## ACTIVITY:
Give the data again exactly, from its opening line through the line in which "f 156 155 41" appears.
##############################
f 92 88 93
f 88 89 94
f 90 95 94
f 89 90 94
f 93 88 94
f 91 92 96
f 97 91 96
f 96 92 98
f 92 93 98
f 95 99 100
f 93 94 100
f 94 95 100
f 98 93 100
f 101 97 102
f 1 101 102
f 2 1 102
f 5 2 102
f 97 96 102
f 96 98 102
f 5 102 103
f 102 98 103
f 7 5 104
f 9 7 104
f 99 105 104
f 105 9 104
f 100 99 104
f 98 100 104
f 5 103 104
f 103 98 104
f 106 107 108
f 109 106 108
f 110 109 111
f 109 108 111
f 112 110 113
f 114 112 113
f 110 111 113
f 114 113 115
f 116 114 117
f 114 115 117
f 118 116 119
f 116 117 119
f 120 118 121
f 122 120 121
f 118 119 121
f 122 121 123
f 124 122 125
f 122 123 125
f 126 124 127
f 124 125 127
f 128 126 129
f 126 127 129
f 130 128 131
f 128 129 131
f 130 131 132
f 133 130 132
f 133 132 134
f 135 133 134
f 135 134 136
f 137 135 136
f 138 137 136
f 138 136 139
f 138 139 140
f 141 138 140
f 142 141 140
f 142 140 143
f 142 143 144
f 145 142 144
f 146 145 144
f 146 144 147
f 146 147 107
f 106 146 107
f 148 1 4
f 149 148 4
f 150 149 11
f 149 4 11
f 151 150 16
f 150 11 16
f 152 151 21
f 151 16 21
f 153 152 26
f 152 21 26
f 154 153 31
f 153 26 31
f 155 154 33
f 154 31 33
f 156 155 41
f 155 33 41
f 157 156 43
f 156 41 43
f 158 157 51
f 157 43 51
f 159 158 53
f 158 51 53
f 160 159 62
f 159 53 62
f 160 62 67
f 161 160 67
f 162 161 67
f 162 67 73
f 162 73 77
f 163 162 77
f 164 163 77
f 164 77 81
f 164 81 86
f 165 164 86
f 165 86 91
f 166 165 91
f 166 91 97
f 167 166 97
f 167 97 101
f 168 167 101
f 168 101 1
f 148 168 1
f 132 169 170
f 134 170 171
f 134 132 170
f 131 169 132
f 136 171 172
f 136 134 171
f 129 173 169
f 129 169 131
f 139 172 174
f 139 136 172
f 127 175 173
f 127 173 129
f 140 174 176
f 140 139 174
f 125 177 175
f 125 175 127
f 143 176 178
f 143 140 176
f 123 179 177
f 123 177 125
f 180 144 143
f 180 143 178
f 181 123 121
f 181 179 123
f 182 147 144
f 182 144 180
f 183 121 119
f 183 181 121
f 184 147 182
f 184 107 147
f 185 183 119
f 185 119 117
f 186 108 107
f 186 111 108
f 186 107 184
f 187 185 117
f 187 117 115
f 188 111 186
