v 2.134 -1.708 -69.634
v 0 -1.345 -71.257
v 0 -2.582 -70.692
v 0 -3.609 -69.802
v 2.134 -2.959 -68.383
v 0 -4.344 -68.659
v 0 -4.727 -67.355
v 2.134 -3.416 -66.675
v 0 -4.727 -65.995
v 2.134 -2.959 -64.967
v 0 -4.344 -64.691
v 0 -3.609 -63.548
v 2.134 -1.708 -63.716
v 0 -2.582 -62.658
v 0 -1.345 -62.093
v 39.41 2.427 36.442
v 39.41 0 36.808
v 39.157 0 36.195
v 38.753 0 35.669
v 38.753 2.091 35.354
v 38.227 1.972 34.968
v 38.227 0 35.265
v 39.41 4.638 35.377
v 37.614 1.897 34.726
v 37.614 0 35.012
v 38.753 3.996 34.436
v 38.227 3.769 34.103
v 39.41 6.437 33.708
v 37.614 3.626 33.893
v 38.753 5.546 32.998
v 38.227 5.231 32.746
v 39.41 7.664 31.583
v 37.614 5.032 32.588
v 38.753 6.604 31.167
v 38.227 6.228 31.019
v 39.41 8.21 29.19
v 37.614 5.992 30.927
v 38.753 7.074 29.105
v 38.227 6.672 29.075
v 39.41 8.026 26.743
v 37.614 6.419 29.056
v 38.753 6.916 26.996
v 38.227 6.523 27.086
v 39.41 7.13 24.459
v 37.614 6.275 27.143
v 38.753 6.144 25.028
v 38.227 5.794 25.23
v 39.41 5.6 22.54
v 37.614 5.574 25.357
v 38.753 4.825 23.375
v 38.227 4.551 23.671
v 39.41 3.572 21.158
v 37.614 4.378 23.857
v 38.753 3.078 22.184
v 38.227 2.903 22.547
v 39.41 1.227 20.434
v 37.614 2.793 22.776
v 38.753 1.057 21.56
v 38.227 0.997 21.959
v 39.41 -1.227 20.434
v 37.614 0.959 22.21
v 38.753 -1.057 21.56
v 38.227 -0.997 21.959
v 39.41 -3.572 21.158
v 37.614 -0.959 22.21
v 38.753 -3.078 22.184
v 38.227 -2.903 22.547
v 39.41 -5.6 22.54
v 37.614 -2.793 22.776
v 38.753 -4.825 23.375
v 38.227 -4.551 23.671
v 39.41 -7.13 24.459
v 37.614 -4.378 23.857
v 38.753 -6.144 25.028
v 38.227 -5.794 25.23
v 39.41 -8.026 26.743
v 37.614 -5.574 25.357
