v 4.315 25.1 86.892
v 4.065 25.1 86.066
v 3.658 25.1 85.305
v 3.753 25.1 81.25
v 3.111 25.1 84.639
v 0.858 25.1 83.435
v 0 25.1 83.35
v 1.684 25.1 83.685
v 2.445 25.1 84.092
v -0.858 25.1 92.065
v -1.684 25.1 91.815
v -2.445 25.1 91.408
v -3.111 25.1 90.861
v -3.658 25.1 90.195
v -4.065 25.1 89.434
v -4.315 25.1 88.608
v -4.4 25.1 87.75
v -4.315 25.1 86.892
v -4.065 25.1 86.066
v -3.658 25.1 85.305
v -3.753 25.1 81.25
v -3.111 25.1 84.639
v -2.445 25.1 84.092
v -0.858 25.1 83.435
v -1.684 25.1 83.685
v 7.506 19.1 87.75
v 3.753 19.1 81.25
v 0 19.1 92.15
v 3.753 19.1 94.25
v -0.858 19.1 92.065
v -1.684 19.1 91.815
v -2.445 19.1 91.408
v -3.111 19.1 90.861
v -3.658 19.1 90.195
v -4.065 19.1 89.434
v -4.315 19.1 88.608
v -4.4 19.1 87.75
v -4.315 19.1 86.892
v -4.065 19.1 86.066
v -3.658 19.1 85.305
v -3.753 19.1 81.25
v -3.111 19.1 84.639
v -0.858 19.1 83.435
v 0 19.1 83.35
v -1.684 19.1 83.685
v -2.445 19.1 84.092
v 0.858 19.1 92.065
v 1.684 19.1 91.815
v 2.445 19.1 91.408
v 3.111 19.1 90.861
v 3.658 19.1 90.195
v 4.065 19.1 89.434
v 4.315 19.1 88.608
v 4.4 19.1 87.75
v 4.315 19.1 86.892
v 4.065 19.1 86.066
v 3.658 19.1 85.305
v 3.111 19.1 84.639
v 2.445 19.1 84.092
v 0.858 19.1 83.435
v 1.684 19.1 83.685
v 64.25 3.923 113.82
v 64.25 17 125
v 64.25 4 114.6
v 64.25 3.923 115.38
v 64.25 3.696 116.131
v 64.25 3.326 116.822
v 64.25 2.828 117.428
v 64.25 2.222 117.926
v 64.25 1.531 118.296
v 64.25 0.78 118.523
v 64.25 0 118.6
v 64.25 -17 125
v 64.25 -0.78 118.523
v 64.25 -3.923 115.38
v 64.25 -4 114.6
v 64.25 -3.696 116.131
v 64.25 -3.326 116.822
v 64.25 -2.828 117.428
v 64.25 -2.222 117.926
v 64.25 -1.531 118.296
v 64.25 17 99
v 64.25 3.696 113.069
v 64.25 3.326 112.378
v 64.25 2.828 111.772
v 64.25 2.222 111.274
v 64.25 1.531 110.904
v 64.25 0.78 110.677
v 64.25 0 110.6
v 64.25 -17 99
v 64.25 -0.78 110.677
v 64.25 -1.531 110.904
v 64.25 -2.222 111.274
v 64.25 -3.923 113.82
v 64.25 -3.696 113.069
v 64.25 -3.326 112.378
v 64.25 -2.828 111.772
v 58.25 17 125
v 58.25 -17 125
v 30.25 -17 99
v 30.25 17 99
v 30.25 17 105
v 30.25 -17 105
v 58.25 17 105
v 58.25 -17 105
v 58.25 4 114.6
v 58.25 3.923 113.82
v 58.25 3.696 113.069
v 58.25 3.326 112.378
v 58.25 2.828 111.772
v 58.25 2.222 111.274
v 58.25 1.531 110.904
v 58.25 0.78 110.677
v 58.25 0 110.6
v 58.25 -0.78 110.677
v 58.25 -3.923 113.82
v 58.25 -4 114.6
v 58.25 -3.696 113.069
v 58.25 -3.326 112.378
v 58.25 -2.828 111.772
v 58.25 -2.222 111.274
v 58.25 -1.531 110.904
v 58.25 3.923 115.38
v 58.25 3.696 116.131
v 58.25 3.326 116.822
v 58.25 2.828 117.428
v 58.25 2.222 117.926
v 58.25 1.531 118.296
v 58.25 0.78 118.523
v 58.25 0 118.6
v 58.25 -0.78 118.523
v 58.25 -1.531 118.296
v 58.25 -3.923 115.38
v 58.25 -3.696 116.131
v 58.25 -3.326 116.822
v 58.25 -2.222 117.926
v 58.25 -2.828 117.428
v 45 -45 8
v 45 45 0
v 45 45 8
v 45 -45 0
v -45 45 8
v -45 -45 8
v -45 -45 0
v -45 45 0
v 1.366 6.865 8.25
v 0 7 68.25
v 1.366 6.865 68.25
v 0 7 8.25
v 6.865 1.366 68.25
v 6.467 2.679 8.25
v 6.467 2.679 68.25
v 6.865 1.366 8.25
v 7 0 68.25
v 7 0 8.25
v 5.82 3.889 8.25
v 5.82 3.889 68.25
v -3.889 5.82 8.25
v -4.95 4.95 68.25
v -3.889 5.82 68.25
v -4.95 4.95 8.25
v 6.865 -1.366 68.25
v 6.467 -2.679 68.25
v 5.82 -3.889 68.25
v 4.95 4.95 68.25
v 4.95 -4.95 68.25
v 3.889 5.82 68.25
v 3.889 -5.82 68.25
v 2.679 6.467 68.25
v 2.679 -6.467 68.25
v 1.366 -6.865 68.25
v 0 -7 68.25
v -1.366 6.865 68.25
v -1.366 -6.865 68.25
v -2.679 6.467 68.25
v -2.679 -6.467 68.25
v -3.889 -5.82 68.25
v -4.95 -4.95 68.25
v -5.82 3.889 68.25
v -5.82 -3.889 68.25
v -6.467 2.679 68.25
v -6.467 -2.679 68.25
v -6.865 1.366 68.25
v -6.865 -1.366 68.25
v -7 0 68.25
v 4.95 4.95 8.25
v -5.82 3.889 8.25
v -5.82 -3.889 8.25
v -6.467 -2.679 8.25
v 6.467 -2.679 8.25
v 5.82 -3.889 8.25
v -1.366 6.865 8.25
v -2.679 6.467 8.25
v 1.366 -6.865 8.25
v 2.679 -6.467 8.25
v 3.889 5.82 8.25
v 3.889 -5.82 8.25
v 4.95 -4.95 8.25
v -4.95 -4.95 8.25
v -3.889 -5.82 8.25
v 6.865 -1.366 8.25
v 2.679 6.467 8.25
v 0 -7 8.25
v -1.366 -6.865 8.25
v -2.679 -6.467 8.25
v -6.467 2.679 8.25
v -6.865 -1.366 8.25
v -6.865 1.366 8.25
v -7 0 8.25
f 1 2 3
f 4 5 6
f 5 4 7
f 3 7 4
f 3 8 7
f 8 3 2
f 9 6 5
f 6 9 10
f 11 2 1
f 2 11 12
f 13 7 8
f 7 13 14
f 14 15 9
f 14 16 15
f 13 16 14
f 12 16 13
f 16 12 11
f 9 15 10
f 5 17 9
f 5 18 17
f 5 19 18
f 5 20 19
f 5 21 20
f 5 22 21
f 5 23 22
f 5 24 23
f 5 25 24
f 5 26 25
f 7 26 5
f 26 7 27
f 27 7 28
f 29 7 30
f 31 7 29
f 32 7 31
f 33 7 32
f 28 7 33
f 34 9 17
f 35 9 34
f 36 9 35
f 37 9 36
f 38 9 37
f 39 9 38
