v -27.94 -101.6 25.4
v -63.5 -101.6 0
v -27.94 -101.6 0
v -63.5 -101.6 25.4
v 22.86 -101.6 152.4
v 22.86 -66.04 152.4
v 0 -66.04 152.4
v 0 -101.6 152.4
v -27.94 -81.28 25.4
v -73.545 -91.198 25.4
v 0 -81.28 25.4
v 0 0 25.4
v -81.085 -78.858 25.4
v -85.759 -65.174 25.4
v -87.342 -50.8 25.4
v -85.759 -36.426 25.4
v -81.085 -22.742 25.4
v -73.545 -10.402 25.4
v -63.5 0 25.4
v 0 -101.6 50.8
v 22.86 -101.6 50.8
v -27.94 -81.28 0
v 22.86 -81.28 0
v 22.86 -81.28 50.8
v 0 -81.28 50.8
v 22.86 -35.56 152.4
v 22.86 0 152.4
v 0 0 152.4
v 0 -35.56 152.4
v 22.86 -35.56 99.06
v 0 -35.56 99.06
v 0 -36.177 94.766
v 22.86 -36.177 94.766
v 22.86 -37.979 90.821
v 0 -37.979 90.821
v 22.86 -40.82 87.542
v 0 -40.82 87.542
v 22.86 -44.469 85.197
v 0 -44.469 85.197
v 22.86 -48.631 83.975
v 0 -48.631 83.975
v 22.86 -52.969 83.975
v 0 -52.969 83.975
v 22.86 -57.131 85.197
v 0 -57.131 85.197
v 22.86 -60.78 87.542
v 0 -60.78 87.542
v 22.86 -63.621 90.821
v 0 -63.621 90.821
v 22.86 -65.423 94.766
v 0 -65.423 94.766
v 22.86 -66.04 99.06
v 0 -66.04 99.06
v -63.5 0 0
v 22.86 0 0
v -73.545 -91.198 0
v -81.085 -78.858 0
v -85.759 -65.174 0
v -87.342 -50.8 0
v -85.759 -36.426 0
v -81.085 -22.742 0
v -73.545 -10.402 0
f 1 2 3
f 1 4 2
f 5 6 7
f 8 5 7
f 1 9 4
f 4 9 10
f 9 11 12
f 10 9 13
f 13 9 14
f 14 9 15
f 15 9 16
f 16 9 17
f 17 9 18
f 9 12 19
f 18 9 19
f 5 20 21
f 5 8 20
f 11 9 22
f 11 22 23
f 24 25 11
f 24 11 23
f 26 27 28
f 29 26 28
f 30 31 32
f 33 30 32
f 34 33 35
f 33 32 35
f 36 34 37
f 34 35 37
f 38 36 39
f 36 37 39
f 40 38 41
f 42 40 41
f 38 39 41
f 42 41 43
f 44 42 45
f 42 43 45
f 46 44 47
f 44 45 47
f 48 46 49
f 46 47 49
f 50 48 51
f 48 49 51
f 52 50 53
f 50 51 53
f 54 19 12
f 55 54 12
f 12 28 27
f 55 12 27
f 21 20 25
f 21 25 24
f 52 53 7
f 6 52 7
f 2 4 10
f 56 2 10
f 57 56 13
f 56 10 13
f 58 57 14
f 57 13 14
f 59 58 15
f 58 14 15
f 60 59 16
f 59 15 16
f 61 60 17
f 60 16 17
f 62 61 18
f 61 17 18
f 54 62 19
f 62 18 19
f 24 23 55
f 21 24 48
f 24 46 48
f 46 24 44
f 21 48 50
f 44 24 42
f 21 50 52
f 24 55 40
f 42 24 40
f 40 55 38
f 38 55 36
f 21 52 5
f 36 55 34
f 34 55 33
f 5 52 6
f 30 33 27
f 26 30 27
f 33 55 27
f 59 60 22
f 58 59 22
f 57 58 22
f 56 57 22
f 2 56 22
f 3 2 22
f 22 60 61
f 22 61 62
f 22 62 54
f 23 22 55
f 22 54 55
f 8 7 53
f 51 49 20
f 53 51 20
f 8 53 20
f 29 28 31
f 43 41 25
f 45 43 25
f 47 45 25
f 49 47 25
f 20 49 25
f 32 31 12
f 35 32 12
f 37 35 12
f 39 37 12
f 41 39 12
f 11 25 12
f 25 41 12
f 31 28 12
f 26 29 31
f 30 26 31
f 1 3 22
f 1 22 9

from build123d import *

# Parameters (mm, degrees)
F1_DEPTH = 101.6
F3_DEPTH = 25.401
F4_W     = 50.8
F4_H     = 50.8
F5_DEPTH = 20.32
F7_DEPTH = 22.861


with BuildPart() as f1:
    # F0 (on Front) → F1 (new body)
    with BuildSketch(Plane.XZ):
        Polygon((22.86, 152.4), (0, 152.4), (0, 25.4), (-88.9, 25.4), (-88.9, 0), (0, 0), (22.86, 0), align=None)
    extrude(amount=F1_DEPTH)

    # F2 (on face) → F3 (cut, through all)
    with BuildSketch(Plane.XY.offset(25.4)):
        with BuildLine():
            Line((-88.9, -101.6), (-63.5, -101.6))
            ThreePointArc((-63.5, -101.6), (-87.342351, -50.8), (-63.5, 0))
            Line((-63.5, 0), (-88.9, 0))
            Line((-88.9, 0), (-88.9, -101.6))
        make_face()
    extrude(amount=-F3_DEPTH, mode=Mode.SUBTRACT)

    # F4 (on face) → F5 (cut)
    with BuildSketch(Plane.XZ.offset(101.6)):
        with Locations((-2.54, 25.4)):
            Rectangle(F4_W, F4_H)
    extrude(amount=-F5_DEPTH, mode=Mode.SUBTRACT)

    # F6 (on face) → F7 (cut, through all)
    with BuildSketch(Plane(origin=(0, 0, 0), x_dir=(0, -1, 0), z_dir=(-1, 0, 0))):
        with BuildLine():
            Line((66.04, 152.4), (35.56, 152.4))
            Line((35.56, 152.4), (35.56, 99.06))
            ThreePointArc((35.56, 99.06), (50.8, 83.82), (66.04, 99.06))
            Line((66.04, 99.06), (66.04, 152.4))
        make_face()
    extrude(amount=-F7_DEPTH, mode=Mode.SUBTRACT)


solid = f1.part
##############################
## RESPONSE AREA:
f 92 88 93
f 88 89 94
f 90 95 94
f 89 90 94
f 93 88 94
f 91 92 96
f 97 91 96
f 96 92 98
f 92 93 98
f 95 99 100
f 93 94 100
f 94 95 100
f 98 93 100
f 101 97 102
f 1 101 102
f 2 1 102
f 5 2 102
f 97 96 102
f 96 98 102
f 5 102 103
f 102 98 103
f 7 5 104
f 9 7 104
f 99 105 104
f 105 9 104
f 100 99 104
f 98 100 104
f 5 103 104
f 103 98 104
f 106 107 108
f 109 106 108
f 110 109 111
f 109 108 111
f 112 110 113
f 114 112 113
f 110 111 113
f 114 113 115
f 116 114 117
f 114 115 117
f 118 116 119
f 116 117 119
f 120 118 121
f 122 120 121
f 118 119 121
f 122 121 123
f 124 122 125
f 122 123 125
f 126 124 127
f 124 125 127
f 128 126 129
f 126 127 129
f 130 128 131
f 128 129 131
f 130 131 132
f 133 130 132
f 133 132 134
f 135 133 134
f 135 134 136
f 137 135 136
f 138 137 136
f 138 136 139
f 138 139 140
f 141 138 140
f 142 141 140
f 142 140 143
f 142 143 144
f 145 142 144
f 146 145 144
f 146 144 147
f 146 147 107
f 106 146 107
f 148 1 4
f 149 148 4
f 150 149 11
f 149 4 11
f 151 150 16
f 150 11 16
f 152 151 21
f 151 16 21
f 153 152 26
f 152 21 26
f 154 153 31
f 153 26 31
f 155 154 33
f 154 31 33
f 156 155 41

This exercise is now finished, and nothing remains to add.